What confuses people is the seeming binary nature of the choice: donkey or new car. That's why a lot of people answer that it makes no difference whether you switch or not. They forget that the odds of turning up one or the other are not the same. It's like you're flipping a weighted coin: one side is a donkey, the other the new car, but as there are two donkeys and only one car, one side has a 2/3 chance versus only 1/3 for the other.

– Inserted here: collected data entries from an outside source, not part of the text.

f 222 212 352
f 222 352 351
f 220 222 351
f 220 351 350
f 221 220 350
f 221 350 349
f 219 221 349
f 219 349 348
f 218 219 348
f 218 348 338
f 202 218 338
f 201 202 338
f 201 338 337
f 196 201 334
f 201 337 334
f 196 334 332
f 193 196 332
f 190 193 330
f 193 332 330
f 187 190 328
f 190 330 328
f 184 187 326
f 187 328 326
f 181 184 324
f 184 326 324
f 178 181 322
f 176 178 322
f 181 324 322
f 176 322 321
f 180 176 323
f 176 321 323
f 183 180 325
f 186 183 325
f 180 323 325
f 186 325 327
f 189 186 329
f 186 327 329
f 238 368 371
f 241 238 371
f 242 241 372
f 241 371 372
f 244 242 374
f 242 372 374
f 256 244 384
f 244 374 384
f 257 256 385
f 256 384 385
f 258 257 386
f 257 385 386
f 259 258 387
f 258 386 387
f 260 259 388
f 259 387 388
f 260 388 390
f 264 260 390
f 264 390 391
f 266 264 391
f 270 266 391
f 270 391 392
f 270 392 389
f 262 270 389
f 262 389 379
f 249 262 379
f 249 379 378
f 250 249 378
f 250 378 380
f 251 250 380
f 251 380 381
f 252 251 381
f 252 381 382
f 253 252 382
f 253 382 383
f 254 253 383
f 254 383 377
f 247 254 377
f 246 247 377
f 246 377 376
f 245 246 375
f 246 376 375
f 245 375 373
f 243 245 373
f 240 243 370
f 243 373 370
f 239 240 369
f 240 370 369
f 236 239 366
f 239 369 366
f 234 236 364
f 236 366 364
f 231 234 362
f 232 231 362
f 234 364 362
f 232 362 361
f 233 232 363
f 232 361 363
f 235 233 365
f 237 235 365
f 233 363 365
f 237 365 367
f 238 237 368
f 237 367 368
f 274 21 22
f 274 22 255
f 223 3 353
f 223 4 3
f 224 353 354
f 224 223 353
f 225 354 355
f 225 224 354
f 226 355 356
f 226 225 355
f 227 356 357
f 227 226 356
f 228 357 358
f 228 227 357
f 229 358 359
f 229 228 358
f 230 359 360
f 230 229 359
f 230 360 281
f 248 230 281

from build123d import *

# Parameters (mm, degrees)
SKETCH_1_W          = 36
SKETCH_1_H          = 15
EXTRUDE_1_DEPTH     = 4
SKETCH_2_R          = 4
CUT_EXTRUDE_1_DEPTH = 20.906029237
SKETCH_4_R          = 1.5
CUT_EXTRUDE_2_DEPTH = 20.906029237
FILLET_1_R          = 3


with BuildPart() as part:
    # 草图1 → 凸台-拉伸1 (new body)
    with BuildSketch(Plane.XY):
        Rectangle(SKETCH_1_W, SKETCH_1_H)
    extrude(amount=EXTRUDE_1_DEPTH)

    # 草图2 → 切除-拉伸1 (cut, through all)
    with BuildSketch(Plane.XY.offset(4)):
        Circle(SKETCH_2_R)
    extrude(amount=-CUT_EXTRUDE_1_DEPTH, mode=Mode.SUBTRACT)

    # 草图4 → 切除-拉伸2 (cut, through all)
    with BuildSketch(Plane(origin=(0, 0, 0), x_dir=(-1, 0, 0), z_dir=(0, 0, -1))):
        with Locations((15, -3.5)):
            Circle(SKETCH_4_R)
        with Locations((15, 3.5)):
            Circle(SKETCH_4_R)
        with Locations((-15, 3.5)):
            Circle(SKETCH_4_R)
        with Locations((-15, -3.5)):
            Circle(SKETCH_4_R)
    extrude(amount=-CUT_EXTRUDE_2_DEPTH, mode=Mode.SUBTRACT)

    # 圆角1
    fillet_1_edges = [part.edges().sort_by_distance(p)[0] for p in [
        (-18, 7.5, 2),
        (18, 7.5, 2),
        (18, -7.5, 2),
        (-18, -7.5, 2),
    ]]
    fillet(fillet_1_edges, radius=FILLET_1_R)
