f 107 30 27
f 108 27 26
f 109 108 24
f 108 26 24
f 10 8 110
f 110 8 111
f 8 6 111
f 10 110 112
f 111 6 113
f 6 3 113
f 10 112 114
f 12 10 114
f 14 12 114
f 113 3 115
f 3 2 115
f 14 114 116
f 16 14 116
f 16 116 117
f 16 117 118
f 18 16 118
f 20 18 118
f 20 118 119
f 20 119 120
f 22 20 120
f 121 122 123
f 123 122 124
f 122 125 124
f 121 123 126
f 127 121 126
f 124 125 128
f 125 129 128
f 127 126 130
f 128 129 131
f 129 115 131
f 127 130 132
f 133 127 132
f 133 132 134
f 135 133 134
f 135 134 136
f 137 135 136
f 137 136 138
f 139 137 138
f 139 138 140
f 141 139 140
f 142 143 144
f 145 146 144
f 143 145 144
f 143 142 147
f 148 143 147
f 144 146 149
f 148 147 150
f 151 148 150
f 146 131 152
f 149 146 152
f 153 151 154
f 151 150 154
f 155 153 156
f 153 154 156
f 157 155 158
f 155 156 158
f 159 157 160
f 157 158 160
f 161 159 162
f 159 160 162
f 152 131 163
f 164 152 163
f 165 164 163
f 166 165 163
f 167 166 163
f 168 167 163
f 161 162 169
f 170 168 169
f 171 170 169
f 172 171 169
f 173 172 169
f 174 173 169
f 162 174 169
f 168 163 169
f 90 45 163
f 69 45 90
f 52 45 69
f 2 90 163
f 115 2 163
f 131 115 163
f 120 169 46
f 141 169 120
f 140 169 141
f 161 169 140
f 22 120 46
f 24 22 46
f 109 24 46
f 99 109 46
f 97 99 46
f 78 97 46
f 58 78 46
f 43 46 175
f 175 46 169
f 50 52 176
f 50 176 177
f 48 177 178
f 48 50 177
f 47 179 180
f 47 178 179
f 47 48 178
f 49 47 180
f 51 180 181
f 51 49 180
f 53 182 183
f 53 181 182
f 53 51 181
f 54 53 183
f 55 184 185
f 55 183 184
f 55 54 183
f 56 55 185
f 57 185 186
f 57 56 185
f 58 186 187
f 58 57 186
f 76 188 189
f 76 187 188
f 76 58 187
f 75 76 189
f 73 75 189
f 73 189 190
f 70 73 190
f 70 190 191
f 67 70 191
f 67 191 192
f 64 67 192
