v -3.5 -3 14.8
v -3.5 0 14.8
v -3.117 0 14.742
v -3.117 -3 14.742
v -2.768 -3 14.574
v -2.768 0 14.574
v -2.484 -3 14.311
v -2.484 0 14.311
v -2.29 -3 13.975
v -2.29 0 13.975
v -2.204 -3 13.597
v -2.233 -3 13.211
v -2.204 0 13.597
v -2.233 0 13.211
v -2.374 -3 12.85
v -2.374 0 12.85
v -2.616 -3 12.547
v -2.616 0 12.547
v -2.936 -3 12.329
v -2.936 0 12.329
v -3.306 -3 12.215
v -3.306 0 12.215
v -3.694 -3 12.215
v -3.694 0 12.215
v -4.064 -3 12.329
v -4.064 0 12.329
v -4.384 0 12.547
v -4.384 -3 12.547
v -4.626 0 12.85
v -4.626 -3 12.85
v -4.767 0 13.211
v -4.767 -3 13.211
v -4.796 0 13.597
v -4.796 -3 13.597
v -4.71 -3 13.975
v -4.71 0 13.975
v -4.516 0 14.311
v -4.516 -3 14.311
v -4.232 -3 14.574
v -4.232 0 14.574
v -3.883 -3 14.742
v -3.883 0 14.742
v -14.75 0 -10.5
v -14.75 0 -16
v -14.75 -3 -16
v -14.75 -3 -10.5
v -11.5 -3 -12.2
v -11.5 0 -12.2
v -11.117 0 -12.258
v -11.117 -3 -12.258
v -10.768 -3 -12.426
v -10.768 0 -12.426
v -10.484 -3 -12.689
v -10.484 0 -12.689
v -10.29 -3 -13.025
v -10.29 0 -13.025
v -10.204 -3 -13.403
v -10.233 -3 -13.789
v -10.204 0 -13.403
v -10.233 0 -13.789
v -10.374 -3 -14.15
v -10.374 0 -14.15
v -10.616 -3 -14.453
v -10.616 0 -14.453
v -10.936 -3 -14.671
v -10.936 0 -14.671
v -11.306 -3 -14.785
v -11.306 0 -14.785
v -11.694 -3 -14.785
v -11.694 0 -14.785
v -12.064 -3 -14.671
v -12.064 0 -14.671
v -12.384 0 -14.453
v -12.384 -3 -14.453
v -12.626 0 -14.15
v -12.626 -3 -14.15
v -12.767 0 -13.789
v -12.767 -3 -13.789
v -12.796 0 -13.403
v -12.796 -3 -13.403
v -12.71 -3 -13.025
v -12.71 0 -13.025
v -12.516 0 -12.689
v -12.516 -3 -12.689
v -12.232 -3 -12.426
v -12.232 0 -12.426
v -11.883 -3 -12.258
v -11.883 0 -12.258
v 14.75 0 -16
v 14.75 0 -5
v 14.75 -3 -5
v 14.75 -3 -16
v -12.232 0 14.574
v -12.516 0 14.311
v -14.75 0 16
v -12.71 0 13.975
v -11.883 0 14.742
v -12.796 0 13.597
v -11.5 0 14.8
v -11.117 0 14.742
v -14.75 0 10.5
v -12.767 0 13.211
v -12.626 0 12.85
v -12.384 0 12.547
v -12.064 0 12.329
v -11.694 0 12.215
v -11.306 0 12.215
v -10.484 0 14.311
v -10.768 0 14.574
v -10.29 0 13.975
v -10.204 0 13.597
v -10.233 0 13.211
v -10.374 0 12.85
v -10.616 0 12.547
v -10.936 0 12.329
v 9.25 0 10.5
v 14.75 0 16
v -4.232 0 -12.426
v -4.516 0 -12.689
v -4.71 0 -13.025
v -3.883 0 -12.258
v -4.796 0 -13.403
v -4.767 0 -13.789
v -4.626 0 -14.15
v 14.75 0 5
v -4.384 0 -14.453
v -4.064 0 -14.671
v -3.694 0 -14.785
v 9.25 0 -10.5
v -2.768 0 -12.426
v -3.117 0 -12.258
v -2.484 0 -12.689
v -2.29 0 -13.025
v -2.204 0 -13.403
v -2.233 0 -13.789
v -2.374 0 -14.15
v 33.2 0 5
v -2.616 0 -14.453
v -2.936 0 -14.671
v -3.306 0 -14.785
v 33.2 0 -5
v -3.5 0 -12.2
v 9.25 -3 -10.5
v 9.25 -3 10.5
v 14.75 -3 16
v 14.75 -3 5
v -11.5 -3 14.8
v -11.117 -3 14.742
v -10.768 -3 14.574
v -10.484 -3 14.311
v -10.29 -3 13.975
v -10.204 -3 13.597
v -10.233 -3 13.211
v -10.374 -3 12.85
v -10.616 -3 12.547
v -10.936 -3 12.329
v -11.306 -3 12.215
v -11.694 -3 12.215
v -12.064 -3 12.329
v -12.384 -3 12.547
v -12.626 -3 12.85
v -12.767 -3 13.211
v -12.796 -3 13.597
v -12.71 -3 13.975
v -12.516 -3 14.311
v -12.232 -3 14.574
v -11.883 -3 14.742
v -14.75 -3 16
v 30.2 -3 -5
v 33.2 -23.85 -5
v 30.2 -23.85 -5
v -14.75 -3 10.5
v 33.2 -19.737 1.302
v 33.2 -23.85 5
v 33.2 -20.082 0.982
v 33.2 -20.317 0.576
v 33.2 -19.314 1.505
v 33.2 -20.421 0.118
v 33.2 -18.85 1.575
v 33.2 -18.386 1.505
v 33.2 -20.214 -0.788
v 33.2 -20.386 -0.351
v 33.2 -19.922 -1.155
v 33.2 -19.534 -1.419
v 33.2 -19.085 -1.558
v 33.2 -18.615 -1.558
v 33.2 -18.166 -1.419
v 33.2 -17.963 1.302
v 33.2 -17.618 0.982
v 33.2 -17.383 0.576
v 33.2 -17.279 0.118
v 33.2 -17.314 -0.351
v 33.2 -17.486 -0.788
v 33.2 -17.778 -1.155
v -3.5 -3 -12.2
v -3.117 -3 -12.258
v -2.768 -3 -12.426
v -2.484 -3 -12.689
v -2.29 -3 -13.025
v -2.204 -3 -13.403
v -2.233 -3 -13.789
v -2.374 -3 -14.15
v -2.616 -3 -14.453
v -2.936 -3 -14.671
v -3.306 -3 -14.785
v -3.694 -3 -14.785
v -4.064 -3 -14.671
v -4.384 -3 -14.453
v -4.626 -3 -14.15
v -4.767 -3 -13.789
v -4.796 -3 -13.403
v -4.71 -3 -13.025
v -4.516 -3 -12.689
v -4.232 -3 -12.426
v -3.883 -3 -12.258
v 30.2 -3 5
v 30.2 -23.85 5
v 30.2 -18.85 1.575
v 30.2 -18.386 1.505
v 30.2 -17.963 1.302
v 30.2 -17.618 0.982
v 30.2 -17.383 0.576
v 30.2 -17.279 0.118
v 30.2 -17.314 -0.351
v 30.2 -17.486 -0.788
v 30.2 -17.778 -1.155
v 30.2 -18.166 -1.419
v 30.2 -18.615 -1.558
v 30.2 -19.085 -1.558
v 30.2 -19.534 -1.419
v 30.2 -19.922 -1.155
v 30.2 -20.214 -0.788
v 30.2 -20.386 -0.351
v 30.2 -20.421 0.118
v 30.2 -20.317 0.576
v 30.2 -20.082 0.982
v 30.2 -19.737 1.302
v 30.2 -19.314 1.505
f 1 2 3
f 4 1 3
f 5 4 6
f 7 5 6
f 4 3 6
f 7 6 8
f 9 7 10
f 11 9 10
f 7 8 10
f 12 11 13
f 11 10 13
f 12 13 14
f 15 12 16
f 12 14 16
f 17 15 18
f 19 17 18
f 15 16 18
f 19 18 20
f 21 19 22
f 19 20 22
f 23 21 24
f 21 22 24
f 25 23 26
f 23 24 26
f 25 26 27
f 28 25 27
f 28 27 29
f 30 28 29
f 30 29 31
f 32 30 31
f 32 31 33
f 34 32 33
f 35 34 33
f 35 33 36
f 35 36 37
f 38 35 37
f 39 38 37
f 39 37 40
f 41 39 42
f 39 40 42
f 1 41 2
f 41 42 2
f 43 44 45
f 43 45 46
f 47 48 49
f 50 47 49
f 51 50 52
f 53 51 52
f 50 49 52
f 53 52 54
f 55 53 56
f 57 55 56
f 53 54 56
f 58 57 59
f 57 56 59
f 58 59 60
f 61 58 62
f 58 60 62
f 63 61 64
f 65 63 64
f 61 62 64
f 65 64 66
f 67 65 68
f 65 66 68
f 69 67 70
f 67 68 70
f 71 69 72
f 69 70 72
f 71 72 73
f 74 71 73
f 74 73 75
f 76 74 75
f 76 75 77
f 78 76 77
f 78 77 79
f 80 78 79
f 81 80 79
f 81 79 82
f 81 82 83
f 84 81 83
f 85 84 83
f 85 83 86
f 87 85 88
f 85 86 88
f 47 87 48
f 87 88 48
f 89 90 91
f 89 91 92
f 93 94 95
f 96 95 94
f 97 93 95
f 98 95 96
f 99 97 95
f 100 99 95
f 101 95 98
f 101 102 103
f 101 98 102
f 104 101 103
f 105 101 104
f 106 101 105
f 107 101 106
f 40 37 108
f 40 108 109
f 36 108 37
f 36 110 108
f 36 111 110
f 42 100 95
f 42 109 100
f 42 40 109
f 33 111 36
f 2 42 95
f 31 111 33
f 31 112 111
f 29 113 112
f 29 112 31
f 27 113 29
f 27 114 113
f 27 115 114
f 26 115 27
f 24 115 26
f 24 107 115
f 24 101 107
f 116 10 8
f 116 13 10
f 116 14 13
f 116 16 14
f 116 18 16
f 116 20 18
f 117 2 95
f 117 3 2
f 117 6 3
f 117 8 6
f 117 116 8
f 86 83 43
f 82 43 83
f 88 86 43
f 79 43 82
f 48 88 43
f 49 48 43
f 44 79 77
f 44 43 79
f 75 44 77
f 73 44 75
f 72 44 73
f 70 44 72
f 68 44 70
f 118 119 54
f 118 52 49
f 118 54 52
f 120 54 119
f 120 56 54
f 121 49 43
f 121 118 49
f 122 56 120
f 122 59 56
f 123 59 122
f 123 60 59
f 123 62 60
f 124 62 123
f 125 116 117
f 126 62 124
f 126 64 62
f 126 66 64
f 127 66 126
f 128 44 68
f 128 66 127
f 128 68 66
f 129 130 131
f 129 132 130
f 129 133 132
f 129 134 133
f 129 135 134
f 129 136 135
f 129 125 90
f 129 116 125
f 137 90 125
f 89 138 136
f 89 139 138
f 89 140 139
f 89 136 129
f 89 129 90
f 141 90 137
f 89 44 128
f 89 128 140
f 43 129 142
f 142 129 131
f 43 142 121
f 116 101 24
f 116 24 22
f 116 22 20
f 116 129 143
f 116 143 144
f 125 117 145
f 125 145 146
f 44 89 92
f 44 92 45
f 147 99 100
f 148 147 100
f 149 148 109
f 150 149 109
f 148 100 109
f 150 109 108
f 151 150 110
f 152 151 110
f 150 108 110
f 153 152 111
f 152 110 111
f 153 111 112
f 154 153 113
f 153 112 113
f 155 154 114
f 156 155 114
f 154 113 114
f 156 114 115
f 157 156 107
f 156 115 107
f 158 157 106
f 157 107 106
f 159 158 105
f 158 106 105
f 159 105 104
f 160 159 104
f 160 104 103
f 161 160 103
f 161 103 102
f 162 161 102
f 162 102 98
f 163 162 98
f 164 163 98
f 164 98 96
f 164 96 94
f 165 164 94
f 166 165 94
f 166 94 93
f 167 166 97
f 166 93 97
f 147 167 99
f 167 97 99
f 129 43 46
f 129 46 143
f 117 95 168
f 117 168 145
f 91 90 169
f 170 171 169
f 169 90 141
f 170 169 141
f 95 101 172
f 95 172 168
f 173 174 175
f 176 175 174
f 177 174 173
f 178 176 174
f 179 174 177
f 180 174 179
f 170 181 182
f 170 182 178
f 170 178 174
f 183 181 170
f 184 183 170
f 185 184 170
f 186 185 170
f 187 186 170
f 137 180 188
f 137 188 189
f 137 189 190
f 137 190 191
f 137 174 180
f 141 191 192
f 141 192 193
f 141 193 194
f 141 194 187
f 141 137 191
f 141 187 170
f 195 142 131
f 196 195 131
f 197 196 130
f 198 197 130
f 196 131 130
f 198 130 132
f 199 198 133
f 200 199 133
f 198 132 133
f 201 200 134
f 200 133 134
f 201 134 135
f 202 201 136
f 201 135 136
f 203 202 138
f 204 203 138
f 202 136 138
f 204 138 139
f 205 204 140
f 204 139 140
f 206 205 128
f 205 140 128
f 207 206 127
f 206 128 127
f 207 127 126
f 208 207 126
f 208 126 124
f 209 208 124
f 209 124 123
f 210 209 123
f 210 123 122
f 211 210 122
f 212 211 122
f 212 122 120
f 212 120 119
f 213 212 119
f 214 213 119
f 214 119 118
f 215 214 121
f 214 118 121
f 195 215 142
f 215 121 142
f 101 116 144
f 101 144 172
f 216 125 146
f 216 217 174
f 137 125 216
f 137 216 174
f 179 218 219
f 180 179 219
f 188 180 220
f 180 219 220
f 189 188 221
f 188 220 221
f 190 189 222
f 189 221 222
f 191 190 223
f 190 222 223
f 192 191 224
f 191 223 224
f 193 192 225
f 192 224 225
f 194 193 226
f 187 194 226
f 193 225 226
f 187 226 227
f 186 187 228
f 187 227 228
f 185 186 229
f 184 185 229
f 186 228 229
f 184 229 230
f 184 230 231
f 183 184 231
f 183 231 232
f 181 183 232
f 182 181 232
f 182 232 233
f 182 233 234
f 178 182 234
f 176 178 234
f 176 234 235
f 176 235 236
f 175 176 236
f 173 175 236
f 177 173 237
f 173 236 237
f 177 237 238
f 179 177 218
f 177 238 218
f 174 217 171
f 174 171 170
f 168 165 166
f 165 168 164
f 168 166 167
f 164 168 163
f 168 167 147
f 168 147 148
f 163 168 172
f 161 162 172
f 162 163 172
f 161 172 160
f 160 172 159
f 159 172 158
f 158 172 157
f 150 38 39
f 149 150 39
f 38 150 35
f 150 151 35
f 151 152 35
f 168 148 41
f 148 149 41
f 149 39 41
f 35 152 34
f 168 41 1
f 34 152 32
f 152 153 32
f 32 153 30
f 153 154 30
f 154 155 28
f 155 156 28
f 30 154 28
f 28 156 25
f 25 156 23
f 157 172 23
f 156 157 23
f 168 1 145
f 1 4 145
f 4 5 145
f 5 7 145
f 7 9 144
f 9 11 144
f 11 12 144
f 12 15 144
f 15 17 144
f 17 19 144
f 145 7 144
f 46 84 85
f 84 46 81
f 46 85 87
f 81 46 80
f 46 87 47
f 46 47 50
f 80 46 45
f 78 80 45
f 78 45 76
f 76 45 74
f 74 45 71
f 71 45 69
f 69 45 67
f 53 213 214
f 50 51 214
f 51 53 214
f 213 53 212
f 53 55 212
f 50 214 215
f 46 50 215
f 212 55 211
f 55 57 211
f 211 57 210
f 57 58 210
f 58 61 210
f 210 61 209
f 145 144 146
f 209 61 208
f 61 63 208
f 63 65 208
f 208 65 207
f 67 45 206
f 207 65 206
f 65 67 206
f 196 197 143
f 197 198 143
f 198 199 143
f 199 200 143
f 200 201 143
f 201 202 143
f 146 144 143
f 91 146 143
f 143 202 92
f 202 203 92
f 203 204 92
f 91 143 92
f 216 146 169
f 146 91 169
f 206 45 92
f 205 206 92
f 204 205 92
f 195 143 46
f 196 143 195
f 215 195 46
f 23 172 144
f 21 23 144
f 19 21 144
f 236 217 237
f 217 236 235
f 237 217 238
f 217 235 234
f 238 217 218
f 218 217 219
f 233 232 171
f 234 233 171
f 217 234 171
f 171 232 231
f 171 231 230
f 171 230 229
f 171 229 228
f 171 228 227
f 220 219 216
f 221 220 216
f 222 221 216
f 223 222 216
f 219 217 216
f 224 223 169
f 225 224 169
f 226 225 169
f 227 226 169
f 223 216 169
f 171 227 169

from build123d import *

# Parameters (mm, degrees)
SKETCH1_R           = 1.3
SKETCH1_W           = 3
SKETCH1_H           = 10
BOSS_EXTRUDE2_DEPTH = 3
SKETCH1_5_W         = 3
SKETCH1_5_H         = 10
BOSS_EXTRUDE3_DEPTH = 23.85
SKETCH4_R           = 1.575411087
CUT_EXTRUDE1_DEPTH  = 3


with BuildPart() as part:
    # Sketch1 → Boss-Extrude2 (new body)
    # profile 1 of 2: a face of its own
    with BuildSketch(Plane(origin=(0, 0, 0), x_dir=(1, 0, 0), z_dir=(0, 1, 0))):
        Polygon((-14.75, 16), (-14.75, 10.5), (9.25, 10.5), (9.25, -10.5), (-14.75, -10.5), (-14.75, -16), (14.75, -16), (14.75, -5), (30.2, -5), (30.2, 5), (14.75, 5), (14.75, 16), align=None)
        with Locations(Location((-11.5, -13.5, 0), (0, 0, 270))):
            Circle(SKETCH1_R, mode=Mode.SUBTRACT)
        with Locations(Location((-3.5, -13.5, 0), (0, 0, 270))):
            Circle(SKETCH1_R, mode=Mode.SUBTRACT)
        with Locations(Location((-11.5, 13.5, 0), (0, 0, 270))):
            Circle(SKETCH1_R, mode=Mode.SUBTRACT)
        with Locations(Location((-3.5, 13.5, 0), (0, 0, 270))):
            Circle(SKETCH1_R, mode=Mode.SUBTRACT)
    # profile 2 of 2: a face of its own
    with BuildSketch(Plane(origin=(0, 0, 0), x_dir=(1, 0, 0), z_dir=(0, 1, 0))):
        with Locations((31.7, 0)):
            Rectangle(SKETCH1_W, SKETCH1_H)
    extrude(amount=-BOSS_EXTRUDE2_DEPTH)

    # Sketch1<5> → Boss-Extrude3 (add)
    with BuildSketch(Plane(origin=(0, 0, 0), x_dir=(1, 0, 0), z_dir=(0, 1, 0))):
        with Locations((31.7, 0)):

In other words, you can't divorce your second choice (the one Monty gives you after he's opened another door) from your first. You're not starting from a clean slate; rather, the chances are 2-to-1 that you are sitting on a donkey. That remains true, no matter what other information Monty chooses to share with you.
Clear?
Posted by: Andrew Coyne | April 9, 2005 06:41 PM
Totally not.
Posted by: David Weinberger | April 9, 2005 06:52 PM
David, the first of your links says in part, “If the contestant picks the wrong door initially, the host must reveal the remaining empty door in the second stage of the game.” If that is how the game works, you know you have picked the wrong door when the host reveals the second. If you had picked the door with the car behind it, there would presumably have been a “Ta-da!” from the band, the host would have said something fatuous, and everyone would be applauding. But the second door has been opened to reveal the donkey, and that leaves only the third, and the Ferrari. How that squares with the link’s remaining discussion of statistics, I’m not sure.

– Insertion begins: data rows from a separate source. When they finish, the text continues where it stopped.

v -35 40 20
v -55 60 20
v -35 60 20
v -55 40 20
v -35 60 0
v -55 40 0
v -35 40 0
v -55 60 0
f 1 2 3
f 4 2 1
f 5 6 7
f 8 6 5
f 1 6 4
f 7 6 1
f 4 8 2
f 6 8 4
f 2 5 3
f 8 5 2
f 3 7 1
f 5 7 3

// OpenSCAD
//
// STL to SCAD Conversion
// name: binary stl file
// volume: 8000.0
// bbox: [-55.0, 40.0, 0.0] to [-35.0, 60.0, 20.0]
//

polyhedron(
  points=[
    [-55.000000, 40.000000, 0.000000],
    [-55.000000, 40.000000, 20.000000],
    [-55.000000, 60.000000, 0.000000],
    [-55.000000, 60.000000, 20.000000],
    [-35.000000, 40.000000, 0.000000],
    [-35.000000, 40.000000, 20.000000],
    [-35.000000, 60.000000, 0.000000],
    [-35.000000, 60.000000, 20.000000],
  ],
  faces=[
    [7, 3, 5],
    [5, 3, 1],
    [4, 0, 6],
    [6, 0, 2],
    [1, 0, 5],
    [5, 0, 4],
    [3, 2, 1],
    [1, 2, 0],
    [7, 6, 3],
    [3, 6, 2],
    [5, 4, 7],
    [7, 4, 6],
  ],
  convexity=10
);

Posted by: johne | April 9, 2005 07:50 PM
This problem is the single reason why I've never fully grokked statistics. Teachers always base the entire class on students getting this, and if you don't, it's hard for someone to whom it's obvious to explain it.

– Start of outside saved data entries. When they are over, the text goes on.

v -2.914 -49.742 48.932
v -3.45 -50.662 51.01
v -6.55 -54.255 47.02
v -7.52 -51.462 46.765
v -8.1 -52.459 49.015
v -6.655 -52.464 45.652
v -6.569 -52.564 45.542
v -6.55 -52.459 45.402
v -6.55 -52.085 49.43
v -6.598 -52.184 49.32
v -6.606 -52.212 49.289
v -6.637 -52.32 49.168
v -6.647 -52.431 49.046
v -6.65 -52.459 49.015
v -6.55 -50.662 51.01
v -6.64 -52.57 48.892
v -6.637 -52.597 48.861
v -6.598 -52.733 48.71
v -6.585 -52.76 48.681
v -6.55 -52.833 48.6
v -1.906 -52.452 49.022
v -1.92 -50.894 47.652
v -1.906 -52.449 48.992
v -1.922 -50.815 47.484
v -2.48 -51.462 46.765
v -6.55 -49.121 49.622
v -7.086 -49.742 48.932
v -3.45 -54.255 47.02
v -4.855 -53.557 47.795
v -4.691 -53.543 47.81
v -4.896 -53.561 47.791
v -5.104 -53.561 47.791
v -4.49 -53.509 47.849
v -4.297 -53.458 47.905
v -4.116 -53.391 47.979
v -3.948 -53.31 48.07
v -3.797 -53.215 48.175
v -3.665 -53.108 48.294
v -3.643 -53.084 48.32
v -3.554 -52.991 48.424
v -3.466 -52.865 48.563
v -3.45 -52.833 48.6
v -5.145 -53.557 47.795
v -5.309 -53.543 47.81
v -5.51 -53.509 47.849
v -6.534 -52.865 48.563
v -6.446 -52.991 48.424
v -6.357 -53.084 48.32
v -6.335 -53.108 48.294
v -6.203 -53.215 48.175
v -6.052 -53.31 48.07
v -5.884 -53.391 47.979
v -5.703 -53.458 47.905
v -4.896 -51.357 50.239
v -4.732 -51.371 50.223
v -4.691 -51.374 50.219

It's clear to me that initially, when you pick your door, the odds are 2 to 1 that there's a donkey behind it. But after Monty has revealed the other donkey, there are only two doors that are mysteries. One of them has a donkey, and one a car. You're sitting on one of 'em. I can understand, but not *believe*, that the initial odds for picking your door still hold. The situation feels like it *has* changed. You're picking from two mystery doors, one with a prize behind it, and it's hard to believe the odds aren't 50/50.
I do get the 1000 door example though. It's easier to see that your odds of getting the car become incrementally larger every time you switch, once one of 999 donkey doors has been eliminated. I just have a hard time believing that it really holds true at the three door level, the smallest number of doors possible for the experiment.
Part of the problem, I think, is that you only really start to be able to notice the statistical odds at play in large numbers of games. I played the applet demo game you linked above. First I played 300 games (it's fast!) where I didn't switch doors. For the first 20 games, I was winning about half the time. It was only as the total number of games got larger and larger that my wins started to look like 1/3, rather than 1/2. When I played 100 games where I switched (not as fast!), my odds of winning initially looked a tad better than 50%, but it took a while for them to start looking like 2/3.
My difficulty is in believing that the odds that hold for large numbers of repetitions also hold for just one time, just one game, the one chance in front of Monty Hall on TV with money at stake. I can accept that technically it's true, but...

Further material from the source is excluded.